V-kit Hardy-Zuckerman 4 feline sarcoma viral oncogene homolog

PDB rendering based on 1pkg.
Available structures
PDB Ortholog search: PDBe, RCSB
Identifiers
Symbols KIT ; C-Kit; CD117; PBT; SCFR
External IDs OMIM: 164920 MGI: 96677 HomoloGene: 187 ChEMBL: 1936 GeneCards: KIT Gene
EC number 2.7.10.1
Orthologs
Species Human Mouse
Entrez 3815 16590
Ensembl ENSG00000157404 ENSMUSG00000005672
UniProt P10721 P05532
RefSeq (mRNA) NM_000222 NM_001122733
RefSeq (protein) NP_000213 NP_001116205
Location (UCSC) Chr 4:
54.66 – 54.74 Mb
Chr 5:
75.57 – 75.66 Mb
PubMed search

Mast/stem cell growth factor receptor (SCFR), also known as proto-oncogene c-Kit or tyrosine-protein kinase Kit or CD117, is a receptor tyrosine kinase protein that in humans is encoded by the KIT gene.[1] Multiple transcript variants encoding different isoforms have been found for this gene.[2][3] KIT was first described by the German biochemist Axel Ullrich in 1987 as the cellular homolog of the feline sarcoma viral oncogene v-kit.[4]

Cell surface marker

Cluster of differentiation (CD) molecules are markers on the cell surface, as recognized by specific sets of antibodies, used to identify the cell type, stage of differentiation and activity of a cell.

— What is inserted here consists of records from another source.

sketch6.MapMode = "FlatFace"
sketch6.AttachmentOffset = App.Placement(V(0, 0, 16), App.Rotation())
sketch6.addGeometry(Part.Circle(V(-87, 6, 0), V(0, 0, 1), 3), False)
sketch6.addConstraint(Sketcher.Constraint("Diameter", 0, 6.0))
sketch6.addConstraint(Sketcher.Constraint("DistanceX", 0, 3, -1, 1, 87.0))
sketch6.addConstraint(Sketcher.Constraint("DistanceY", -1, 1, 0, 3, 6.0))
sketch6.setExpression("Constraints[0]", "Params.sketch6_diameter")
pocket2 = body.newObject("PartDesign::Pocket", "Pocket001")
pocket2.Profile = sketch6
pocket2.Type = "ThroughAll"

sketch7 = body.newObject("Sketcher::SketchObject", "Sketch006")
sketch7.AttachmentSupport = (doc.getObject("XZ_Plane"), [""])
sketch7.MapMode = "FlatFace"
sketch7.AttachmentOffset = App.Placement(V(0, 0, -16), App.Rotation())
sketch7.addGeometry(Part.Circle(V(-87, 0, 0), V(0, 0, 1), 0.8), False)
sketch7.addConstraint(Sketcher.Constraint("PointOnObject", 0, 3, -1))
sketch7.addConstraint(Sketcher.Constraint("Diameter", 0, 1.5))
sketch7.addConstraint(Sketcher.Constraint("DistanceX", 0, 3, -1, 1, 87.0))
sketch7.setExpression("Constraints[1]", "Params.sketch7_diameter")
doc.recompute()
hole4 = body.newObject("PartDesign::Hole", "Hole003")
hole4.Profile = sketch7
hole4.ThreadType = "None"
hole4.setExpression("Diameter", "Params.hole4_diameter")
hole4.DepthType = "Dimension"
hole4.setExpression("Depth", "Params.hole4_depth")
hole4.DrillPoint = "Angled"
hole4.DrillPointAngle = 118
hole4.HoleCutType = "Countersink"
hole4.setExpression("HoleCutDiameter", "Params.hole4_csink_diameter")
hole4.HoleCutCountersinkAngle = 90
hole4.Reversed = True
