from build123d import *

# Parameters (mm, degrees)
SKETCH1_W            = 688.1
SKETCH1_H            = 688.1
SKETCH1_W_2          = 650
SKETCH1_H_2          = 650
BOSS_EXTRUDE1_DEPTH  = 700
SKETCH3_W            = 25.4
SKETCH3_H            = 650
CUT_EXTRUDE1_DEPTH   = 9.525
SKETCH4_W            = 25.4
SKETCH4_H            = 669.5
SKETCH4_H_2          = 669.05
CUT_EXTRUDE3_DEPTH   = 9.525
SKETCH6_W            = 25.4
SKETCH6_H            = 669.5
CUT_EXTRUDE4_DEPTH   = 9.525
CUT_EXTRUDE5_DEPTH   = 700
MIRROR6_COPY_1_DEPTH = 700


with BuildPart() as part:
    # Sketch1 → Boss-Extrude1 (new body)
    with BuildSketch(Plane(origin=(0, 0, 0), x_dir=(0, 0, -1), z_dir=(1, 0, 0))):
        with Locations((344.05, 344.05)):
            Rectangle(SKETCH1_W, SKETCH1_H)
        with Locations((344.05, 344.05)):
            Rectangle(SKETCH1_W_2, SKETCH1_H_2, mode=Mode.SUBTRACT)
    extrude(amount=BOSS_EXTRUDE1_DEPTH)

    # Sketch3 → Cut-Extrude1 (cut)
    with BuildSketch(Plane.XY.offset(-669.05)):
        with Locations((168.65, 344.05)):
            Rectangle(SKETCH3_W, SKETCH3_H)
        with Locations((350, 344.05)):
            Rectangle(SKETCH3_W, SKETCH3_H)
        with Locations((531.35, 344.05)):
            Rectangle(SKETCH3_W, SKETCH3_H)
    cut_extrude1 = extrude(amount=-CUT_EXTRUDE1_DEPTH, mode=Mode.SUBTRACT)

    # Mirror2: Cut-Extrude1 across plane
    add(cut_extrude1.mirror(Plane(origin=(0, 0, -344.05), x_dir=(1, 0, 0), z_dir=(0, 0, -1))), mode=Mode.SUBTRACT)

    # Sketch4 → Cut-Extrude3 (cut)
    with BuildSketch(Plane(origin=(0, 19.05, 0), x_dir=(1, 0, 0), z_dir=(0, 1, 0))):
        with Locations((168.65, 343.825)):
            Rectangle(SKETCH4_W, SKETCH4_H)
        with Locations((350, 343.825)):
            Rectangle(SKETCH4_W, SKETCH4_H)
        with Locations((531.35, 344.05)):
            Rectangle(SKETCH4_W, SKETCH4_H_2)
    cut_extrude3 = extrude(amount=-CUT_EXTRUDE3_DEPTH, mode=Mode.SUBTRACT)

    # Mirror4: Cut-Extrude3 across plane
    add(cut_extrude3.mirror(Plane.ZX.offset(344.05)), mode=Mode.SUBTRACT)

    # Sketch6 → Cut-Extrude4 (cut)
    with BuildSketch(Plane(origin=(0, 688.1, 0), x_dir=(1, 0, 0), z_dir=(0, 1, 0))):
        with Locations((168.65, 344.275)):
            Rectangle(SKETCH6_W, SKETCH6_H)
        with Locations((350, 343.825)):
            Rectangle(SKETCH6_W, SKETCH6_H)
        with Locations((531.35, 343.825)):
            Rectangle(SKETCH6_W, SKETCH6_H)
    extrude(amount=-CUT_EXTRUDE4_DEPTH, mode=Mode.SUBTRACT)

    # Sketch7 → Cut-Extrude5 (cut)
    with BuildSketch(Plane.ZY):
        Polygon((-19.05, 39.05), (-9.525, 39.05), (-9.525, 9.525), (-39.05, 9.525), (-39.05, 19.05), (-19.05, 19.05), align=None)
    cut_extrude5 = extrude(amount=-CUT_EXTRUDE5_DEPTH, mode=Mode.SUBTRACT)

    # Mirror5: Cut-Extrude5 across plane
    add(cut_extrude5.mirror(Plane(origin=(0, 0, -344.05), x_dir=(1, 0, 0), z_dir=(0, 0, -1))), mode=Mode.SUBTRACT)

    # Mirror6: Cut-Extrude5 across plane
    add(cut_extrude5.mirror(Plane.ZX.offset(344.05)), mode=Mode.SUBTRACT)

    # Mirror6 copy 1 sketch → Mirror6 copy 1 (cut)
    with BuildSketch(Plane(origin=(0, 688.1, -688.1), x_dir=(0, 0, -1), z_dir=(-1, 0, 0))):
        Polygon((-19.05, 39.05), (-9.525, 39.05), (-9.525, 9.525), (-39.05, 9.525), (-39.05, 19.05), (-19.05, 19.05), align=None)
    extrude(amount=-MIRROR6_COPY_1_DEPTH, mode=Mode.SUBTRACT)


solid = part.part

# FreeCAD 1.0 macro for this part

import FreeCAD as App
import Part
import Sketcher

V = App.Vector

doc = App.newDocument("Part")
body = doc.addObject("PartDesign::Body", "Body")

sketch1 = body.newObject("Sketcher::SketchObject", "Sketch")
sketch1.AttachmentSupport = (doc.getObject("YZ_Plane"), [""])
sketch1.MapMode = "FlatFace"
sketch1.addGeometry([
    Part.LineSegment(V(688.1, 0, 0), V(0, 0, 0)),
    Part.LineSegment(V(0, 0, 0), V(0, -688.1, 0)),
    Part.LineSegment(V(0, -688.1, 0), V(688.1, -688.1, 0)),
    Part.LineSegment(V(688.1, -688.1, 0), V(688.1, 0, 0)),
    Part.LineSegment(V(19.05, -669.05, 0), V(19.05, -19.05, 0)),
    Part.LineSegment(V(19.05, -19.05, 0), V(669.05, -19.05, 0)),
    Part.LineSegment(V(669.05, -19.05, 0), V(669.05, -669.05, 0)),
    Part.LineSegment(V(669.05, -669.05, 0), V(19.05, -669.05, 0)),
], False)
sketch1.addConstraint([
    Sketcher.Constraint("Coincident", 0, 2, 1, 1),
    Sketcher.Constraint("Coincident", 1, 2, 2, 1),
    Sketcher.Constraint("Coincident", 2, 2, 3, 1),
    Sketcher.Constraint("Coincident", 3, 2, 0, 1),
    Sketcher.Constraint("Coincident", 4, 2, 5, 1),
    Sketcher.Constraint("Coincident", 5, 2, 6, 1),
    Sketcher.Constraint("Coincident", 6, 2, 7, 1),
    Sketcher.Constraint("Coincident", 7, 2, 4, 1),
    Sketcher.Constraint("Horizontal", 0),
    Sketcher.Constraint("Vertical", 1),
    Sketcher.Constraint("Horizontal", 2),
    Sketcher.Constraint("Vertical", 3),
    Sketcher.Constraint("Vertical", 4),
    Sketcher.Constraint("Horizontal", 5),
    Sketcher.Constraint("Vertical", 6),
    Sketcher.Constraint("Horizontal", 7),
    Sketcher.Constraint("Coincident", 0, 2, -1, 1),
    Sketcher.Constraint("Equal", 2, 1),
    Sketcher.Constraint("Equal", 7, 4),
    Sketcher.Constraint("DistanceX", 5, 1, 5, 2, 650.0),
    Sketcher.Constraint("DistanceX", 0, 2, 0, 1, 688.1),
    Sketcher.Constraint("DistanceX", -1, 1, 4, 2, 19.05),
    Sketcher.Constraint("DistanceY", 4, 2, -1, 1, 19.05),
])
pad1 = body.newObject("PartDesign::Pad", "Pad")
pad1.Profile = sketch1
pad1.Length = 700

sketch2 = body.newObject("Sketcher::SketchObject", "Sketch001")
sketch2.AttachmentSupport = (doc.getObject("XY_Plane"), [""])
sketch2.MapMode = "FlatFace"
sketch2.AttachmentOffset = App.Placement(V(0, 0, -669.05), App.Rotation())
sketch2.addGeometry([
    Part.LineSegment(V(155.95, 669.05, 0), V(155.95, 19.05, 0)),
    Part.LineSegment(V(155.95, 19.05, 0), V(181.35, 19.05, 0)),
    Part.LineSegment(V(181.35, 19.05, 0), V(181.35, 669.05, 0)),
    Part.LineSegment(V(181.35, 669.05, 0), V(155.95, 669.05, 0)),
    Part.LineSegment(V(337.3, 669.05, 0), V(337.3, 19.05, 0)),
    Part.LineSegment(V(337.3, 19.05, 0), V(362.7, 19.05, 0)),
    Part.LineSegment(V(362.7, 19.05, 0), V(362.7, 669.05, 0)),
    Part.LineSegment(V(362.7, 669.05, 0), V(337.3, 669.05, 0)),
    Part.LineSegment(V(518.65, 669.05, 0), V(518.65, 19.05, 0)),
    Part.LineSegment(V(518.65, 19.05, 0), V(544.05, 19.05, 0)),
    Part.LineSegment(V(544.05, 19.05, 0), V(544.05, 669.05, 0)),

CD117 is an important cell surface marker used to identify certain types of hematopoietic (blood) progenitors in the bone marrow. To be specific, hematopoietic stem cells (HSC), multipotent progenitors (MPP), and common myeloid progenitors (CMP) express high levels of CD117. Common lymphoid progenitors (CLP) express low surface levels of CD117. CD117 also identifies the earliest thymocyte progenitors in the thymus. To be specific, early T lineage progenitors (ETP/DN1) and DN2 thymocytes express high levels of c-Kit. It is also a marker for mouse prostate stem cells.[5] In addition, mast cells, melanocytes in the skin, and interstitial cells of Cajal in the digestive tract express CD117.

Function

CD117 is a cytokine receptor expressed on the surface of hematopoietic stem cells as well as other cell types. Altered forms of this receptor may be associated with some types of cancer.[6] CD117 is a receptor tyrosine kinase type III, which binds to stem cell factor (a substance that causes certain types of cells to grow), also known as "steel factor" or "c-kit ligand". When this receptor binds to stem cell factor (SCF) it forms a dimer that activates its intrinsic tyrosine kinase activity, that in turn phosphorylates and activates signal transduction molecules that propagate the signal in the cell. Signalling through CD117 plays a role in cell survival, proliferation, and differentiation.

Mobilization

Hematopoietic progenitor cells are normally present in the blood at low levels. Mobilization is the process by which progenitors are made to migrate from the bone marrow into the bloodstream, thus increasing their numbers in the blood. Mobilization is used clinically as a source of hematopoietic stem cells for hematopoietic stem cell transplantation (HSCT). Signaling through CD117 has been implicated in mobilization. At the current time, G-CSF is the main drug used for mobilization. G-CSF indirectly activates CD117. Plerixafor (an antagonist of CXCR4-SDF1) in combination with G-CSF, is also being used for mobilization of hematopoietic progenitor cells. Direct CD117 agonists are currently being developed as mobilization agents.

Role in cancer

Activating mutations in this gene are associated with gastrointestinal stromal tumors, testicular seminoma, mast cell disease, melanoma, acute myeloid leukemia, while inactivating mutations are associated with the genetic defect piebaldism.[2]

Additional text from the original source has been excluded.